Ex-student sentenced to serve 6 months for Marshfield plot
By Emily Sweeney, Globe Staff
BROCKTON - Joseph Nee was handcuffed today moments after being given a sentence that will keep him in prison for six months for his role in plotting a Columbine-style ambush at Marshfield High School in 2004.
Nee sat silently as the Plymouth Superior Court clerk outlined his fate: The total sentence spanned 2 1/2 years and included 2 years probation. Judge Charles M. Grabau ordered Nee to spend 9 months of that in the Plymouth House of Correction, but gave him credit for 92 days he has already served. The remaining 21 months of the sentence was suspended.
Nee, now a 21-year-old student at Bunker Hill Community College, is the son of Thomas J. Nee, the president of the Boston Police Patrolmen's Association. Thomas J. Nee said after the hearing that the family was “heartbroken.”
Nee's lawyer, Thomas Drechsler, vowed to appeal. His client faced up to 20 years in prison. Nee, who has been free on $20,000 bail since January 2005, was taken into custody.
The sentence came after a four-day bench trial that included testimony from a dozen witnesses. Nee was acquitted of two other charges: promotion of anarchy and threatened use of deadly weapons at a school.
It also marked the end of a disturbing case that sent shockwaves through the town of Marshfield in the fall of 2004, when Nee and his friend, 16-year-old Tobin Kerns, were accused of conspiring to kill students and faculty at Marshfield High.

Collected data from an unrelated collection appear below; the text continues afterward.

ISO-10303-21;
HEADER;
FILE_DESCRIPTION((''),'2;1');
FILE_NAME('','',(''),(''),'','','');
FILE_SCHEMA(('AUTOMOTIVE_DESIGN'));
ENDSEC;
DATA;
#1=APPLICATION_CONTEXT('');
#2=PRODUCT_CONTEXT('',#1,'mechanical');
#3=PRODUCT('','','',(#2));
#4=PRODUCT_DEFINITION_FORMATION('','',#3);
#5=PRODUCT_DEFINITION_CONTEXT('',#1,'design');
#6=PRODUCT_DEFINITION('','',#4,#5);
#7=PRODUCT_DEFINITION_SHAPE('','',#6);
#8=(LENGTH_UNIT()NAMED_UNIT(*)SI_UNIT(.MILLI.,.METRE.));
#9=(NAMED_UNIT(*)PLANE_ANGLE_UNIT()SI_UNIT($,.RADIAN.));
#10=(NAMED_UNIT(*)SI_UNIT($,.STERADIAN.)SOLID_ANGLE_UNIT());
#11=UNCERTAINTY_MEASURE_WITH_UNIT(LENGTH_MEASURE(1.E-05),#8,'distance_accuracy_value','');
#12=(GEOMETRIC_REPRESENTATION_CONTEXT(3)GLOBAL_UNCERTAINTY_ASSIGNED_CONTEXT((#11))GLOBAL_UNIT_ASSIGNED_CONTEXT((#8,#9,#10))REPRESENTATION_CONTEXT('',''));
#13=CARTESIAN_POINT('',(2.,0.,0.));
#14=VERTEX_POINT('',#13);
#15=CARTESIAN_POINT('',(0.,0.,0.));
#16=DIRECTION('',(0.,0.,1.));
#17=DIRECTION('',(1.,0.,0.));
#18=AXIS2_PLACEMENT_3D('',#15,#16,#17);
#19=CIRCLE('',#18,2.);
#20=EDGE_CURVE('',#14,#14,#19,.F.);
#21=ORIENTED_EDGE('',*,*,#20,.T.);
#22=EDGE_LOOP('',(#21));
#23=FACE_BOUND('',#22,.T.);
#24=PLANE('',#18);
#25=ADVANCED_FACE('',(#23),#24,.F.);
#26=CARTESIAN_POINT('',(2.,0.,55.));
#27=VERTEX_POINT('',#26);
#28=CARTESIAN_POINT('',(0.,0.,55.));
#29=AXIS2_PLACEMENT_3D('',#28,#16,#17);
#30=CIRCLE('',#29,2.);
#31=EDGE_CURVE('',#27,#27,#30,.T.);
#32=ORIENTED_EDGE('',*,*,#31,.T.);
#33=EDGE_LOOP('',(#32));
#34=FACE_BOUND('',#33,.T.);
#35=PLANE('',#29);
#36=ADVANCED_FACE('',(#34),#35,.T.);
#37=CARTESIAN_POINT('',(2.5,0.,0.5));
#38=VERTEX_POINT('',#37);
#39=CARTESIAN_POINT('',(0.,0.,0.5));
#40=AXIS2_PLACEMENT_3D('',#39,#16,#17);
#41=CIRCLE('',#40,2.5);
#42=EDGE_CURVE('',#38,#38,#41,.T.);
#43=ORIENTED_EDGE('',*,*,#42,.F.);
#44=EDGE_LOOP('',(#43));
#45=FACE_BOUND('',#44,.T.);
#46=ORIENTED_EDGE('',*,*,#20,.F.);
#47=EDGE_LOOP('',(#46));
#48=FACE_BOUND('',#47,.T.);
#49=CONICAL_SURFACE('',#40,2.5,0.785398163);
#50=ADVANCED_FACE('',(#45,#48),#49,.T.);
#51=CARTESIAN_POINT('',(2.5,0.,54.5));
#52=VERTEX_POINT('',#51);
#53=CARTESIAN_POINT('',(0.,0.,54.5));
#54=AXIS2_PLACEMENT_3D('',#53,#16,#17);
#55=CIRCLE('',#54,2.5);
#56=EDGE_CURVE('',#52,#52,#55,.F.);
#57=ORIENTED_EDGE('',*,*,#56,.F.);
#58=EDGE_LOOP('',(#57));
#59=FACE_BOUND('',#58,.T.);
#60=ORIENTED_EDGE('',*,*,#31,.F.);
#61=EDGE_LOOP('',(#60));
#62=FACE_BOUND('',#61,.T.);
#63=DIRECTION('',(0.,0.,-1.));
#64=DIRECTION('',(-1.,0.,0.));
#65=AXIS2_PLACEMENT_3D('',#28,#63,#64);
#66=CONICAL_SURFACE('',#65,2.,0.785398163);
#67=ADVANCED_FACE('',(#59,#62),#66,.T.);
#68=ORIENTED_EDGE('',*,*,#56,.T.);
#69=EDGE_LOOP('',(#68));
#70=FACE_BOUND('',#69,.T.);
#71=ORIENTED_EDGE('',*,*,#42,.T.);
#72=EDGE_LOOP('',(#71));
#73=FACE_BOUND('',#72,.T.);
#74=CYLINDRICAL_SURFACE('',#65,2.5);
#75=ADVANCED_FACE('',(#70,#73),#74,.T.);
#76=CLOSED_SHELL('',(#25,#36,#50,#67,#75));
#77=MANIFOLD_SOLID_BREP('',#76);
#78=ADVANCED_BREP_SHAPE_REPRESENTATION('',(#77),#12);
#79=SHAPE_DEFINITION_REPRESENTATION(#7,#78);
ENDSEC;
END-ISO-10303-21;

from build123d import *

# Parameters (mm, degrees)
ESBO_O1_R                = 2.5
RESSALTO_EXTRUS_O1_DEPTH = 55
CHANFRO1_SIZE            = 0.5


with BuildPart() as part:
    # Esboço1 → Ressalto-extrusão1 (new body)
    with BuildSketch(Plane.XY):
        Circle(ESBO_O1_R)
    extrude(amount=RESSALTO_EXTRUS_O1_DEPTH)

    # Chanfro1
    chanfro1_edges = [part.edges().sort_by_distance(p)[0] for p in [
        (-2.5, 0, 0),
        (-2.5, 0, 55),
    ]]
    chamfer(chanfro1_edges, length=CHANFRO1_SIZE)


solid = part.part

Authorities learned about the plan in September of that year, when Nee went to police with two classmates and told officers that Kerns was planning a massacre at the school.
Nee told police the plan involved taking ammunition and explosive devices into the school, securing the school's exit doors with bicycle locks, and shooting students and staff. Police arrested Kerns the following day.

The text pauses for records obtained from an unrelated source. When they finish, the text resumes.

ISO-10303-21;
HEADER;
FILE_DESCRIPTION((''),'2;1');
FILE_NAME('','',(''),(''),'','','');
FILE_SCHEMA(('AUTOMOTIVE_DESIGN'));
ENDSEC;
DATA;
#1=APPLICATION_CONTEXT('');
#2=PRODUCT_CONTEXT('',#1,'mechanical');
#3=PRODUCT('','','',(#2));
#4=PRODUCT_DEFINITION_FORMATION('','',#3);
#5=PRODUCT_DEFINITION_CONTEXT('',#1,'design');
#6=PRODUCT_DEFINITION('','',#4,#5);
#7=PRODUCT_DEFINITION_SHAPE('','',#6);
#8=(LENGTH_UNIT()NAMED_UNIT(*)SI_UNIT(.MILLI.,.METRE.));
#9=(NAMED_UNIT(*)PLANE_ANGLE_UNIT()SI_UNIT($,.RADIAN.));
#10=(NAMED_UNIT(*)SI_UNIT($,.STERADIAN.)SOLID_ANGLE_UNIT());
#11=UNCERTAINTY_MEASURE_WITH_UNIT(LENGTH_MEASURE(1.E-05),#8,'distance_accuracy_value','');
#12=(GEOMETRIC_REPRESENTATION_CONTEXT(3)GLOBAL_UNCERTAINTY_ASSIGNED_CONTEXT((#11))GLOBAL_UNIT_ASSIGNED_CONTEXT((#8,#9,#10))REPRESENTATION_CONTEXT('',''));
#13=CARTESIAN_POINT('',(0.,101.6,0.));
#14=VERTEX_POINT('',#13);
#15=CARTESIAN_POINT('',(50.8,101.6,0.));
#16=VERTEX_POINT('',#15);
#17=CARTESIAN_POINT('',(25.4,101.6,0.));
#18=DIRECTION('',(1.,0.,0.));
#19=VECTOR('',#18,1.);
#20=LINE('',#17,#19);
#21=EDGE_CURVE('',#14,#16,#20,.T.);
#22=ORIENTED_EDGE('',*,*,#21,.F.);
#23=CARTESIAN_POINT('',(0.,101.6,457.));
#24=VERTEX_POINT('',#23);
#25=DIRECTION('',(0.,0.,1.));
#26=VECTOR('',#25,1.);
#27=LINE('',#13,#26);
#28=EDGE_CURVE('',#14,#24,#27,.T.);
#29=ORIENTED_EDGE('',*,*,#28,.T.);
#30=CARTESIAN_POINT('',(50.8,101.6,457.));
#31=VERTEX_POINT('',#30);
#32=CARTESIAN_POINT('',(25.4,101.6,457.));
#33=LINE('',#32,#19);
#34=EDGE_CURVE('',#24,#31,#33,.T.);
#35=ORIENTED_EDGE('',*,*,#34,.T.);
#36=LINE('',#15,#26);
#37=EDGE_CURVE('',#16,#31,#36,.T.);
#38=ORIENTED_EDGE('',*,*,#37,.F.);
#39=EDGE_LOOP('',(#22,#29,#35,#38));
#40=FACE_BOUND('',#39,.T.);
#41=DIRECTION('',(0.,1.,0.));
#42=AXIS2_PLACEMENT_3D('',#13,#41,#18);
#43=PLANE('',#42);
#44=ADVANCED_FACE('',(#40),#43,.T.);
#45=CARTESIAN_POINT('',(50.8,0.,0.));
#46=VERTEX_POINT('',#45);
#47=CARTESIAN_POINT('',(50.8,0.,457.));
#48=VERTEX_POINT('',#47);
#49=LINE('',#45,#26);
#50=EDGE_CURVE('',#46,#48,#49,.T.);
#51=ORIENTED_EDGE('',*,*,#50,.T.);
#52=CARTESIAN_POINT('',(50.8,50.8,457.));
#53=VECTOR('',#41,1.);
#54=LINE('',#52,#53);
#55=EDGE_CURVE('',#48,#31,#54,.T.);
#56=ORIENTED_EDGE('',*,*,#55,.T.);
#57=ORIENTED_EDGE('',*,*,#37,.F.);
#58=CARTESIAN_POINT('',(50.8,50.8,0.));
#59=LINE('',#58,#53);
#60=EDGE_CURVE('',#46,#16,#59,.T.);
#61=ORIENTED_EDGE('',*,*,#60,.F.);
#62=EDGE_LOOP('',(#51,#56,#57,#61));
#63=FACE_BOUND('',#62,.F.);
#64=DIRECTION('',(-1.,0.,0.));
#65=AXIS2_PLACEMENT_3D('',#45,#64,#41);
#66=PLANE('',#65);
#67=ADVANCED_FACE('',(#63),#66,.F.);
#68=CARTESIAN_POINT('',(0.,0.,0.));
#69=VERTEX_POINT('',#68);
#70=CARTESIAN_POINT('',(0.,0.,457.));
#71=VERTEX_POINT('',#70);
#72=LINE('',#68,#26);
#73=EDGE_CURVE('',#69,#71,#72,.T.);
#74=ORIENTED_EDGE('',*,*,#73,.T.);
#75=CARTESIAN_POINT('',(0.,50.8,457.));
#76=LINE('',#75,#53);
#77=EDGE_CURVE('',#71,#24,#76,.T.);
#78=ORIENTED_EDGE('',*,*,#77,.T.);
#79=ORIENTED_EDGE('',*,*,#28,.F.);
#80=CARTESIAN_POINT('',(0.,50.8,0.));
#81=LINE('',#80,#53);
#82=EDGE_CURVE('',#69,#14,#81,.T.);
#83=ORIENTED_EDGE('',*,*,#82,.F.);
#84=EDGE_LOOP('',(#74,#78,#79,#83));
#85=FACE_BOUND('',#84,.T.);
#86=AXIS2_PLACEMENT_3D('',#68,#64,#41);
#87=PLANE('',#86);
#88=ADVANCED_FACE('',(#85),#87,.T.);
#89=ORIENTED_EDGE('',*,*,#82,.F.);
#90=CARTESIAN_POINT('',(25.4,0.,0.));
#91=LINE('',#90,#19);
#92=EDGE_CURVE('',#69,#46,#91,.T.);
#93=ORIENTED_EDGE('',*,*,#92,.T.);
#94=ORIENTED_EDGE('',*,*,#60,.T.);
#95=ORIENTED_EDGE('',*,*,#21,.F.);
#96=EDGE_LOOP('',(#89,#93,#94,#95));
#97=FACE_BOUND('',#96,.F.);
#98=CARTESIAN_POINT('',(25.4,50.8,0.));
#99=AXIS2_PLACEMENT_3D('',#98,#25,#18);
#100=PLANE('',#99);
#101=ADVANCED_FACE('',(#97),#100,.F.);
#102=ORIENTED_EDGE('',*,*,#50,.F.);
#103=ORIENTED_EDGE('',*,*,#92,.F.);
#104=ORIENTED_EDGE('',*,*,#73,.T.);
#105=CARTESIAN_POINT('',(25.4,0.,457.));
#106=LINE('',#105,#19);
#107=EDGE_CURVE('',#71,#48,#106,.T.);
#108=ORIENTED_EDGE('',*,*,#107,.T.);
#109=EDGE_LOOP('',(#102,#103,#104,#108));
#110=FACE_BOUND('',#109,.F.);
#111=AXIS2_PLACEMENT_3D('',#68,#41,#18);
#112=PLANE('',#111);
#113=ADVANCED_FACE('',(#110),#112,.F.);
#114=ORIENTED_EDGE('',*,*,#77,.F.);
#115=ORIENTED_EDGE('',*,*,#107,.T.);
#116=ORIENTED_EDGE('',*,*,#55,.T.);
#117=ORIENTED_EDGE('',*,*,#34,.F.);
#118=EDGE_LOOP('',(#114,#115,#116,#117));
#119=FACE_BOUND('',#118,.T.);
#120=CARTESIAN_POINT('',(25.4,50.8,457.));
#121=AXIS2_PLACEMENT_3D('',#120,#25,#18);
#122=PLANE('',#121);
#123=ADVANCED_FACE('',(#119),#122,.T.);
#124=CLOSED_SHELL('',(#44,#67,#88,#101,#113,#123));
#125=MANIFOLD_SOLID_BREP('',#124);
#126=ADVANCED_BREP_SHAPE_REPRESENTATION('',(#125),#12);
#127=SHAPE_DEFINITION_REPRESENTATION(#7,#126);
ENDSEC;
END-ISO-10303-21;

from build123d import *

# Parameters (mm, degrees)
SKETCH_W  = 50.8
SKETCH_H  = 101.6
PAD_DEPTH = 457


with BuildPart() as part:
    # Sketch → Pad (new body)
    with BuildSketch(Plane.XY):
        with Locations((25.4, 50.8)):
            Rectangle(SKETCH_W, SKETCH_H)
    extrude(amount=PAD_DEPTH)


solid = part.part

Police didn't arrest Nee until a month later, after friends of Kerns implicated Nee as the mastermind of the plot. The two youths were once close friends; Nee lived at the Kernses' home for a month during the spring of 2004.

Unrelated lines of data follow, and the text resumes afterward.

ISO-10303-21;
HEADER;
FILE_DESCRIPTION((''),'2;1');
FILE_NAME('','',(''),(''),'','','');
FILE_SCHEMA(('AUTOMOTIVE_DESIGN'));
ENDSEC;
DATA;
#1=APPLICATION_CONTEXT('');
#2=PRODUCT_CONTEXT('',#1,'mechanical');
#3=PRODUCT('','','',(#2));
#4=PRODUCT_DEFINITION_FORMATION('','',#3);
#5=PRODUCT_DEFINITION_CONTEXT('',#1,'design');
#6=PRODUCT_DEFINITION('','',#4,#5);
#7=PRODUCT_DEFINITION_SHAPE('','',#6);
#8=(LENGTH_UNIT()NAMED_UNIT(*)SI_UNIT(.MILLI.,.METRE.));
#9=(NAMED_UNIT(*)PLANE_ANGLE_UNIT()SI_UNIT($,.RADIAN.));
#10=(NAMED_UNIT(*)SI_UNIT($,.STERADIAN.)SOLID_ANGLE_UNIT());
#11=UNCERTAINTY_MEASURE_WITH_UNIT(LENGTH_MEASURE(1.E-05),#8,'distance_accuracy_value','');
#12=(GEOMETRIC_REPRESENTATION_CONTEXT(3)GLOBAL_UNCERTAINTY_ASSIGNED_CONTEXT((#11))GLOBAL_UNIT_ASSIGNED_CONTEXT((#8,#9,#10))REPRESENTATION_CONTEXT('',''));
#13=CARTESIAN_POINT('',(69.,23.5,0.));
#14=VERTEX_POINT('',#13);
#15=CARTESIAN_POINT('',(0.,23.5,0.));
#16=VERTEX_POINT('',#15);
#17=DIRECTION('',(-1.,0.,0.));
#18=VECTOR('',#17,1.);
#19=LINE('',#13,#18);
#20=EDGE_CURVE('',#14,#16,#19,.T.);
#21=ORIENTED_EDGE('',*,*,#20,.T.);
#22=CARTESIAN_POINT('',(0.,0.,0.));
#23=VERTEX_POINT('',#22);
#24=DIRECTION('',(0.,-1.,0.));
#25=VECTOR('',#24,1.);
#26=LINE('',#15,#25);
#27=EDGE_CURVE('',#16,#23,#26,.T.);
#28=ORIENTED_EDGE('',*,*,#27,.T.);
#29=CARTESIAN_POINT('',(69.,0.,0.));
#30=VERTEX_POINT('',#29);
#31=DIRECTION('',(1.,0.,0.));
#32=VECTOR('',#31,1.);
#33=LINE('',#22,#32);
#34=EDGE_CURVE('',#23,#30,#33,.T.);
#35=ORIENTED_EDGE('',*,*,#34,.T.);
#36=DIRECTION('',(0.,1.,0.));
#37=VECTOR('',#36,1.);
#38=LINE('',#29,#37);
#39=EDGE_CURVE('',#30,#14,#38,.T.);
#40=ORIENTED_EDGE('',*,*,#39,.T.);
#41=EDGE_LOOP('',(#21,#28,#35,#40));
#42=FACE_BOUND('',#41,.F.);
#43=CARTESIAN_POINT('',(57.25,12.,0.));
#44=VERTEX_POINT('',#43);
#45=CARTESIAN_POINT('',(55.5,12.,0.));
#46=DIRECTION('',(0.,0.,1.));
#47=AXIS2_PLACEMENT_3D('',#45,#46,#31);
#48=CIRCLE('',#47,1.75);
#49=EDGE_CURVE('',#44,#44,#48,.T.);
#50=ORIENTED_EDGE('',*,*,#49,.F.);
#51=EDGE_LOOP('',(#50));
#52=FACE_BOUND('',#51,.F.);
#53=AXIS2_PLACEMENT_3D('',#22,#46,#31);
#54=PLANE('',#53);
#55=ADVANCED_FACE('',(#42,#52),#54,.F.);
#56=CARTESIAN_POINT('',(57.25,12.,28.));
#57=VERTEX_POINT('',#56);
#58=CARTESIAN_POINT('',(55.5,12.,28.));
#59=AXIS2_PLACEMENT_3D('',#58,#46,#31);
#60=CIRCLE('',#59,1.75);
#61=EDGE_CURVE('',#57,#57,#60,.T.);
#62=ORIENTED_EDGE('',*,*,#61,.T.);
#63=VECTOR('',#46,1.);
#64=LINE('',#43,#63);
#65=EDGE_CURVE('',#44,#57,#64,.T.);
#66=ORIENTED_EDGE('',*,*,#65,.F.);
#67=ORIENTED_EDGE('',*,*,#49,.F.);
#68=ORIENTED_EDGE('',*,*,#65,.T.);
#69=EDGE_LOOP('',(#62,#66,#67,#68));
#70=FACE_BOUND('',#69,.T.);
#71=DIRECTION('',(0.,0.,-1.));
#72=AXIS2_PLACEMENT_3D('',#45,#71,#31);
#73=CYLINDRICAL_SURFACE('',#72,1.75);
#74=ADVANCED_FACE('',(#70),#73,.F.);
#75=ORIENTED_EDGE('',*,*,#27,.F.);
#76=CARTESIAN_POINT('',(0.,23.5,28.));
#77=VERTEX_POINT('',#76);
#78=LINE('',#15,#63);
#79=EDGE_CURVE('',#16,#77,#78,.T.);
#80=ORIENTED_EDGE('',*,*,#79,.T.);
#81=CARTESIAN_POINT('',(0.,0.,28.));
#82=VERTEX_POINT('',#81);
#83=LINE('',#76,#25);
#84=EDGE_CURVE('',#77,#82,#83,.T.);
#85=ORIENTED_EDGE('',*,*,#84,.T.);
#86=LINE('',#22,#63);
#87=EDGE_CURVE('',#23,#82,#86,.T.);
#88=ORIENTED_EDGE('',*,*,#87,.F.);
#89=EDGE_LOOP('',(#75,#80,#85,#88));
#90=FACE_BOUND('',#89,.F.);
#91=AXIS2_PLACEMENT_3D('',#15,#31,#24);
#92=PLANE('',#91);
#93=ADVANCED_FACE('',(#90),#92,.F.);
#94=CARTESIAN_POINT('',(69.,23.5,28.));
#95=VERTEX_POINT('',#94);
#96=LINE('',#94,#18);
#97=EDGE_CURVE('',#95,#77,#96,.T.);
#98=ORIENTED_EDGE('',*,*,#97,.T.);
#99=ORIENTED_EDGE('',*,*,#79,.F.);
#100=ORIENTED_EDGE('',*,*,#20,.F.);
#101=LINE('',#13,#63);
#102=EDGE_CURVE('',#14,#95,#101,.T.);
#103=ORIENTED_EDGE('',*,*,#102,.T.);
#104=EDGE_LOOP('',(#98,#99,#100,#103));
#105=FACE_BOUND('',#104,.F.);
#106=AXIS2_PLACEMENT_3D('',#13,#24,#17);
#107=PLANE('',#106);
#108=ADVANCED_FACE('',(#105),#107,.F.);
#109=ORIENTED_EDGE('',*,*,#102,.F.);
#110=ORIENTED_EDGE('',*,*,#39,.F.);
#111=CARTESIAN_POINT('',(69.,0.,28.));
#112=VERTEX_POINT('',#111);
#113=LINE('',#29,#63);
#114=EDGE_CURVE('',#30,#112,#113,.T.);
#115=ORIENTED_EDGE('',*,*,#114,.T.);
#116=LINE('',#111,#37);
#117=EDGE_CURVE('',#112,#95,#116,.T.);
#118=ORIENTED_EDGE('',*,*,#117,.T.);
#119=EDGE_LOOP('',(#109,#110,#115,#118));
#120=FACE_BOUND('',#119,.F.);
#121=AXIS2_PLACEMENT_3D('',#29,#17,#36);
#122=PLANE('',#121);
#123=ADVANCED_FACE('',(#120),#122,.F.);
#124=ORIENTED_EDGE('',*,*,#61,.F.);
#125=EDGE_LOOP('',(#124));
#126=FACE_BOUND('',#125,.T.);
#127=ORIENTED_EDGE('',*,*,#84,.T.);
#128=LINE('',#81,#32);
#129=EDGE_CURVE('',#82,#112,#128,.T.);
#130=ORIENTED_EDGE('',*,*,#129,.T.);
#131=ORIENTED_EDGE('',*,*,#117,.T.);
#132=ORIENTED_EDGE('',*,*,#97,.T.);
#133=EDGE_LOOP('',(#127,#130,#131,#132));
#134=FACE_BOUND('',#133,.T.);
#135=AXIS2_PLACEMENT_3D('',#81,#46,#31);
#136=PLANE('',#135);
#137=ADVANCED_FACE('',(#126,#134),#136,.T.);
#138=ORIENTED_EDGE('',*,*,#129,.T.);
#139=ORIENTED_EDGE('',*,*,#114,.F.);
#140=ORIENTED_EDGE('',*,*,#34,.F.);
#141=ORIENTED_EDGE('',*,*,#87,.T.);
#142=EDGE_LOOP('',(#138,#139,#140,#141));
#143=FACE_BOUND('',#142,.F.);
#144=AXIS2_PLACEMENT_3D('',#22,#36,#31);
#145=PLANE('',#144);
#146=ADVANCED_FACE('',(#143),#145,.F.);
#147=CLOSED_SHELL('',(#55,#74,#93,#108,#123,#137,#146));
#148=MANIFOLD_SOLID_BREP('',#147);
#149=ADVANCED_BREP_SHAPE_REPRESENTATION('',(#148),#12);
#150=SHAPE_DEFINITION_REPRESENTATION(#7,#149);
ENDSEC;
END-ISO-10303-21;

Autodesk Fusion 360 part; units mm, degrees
sketch "スケッチ1" plane through (0, 0, 0) normal (0, 0, 1) x (1, 0, 0)
  line L0 (0, 0) -> (69, 0)
  line L1 (69, 0) -> (69, 23.5)
  line L2 (69, 23.5) -> (0, 23.5)
  line L3 (0, 23.5) -> (0, 0)
  circle A0 centre (55.5, 12) radius 1.75
  dimension "d1" = 12
  dimension "d2" = 3.5
  dimension "d3" = 23.5
  dimension "d4" = 69
  dimension "d5" = 13.5
extrude "押し出し1" add sketch "スケッチ1" along normal blind 28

Kerns's father, Ben, said that the boys had a falling out and that he believed Nee was trying to frame his son.
A grand jury returned indictments against Nee and Kerns in October 2004, charging both with conspiracy to commit murder, promotion of anarchy, and threatened use of deadly weapons at a school. Kerns and Nee pleaded not guilty to the charges.
Kerns was tried and found guilty of threatening to use deadly weapons and conspiracy to commit murder. In November, he was sentenced to 10 months in jail. He is being held at the Plymouth House of Correction.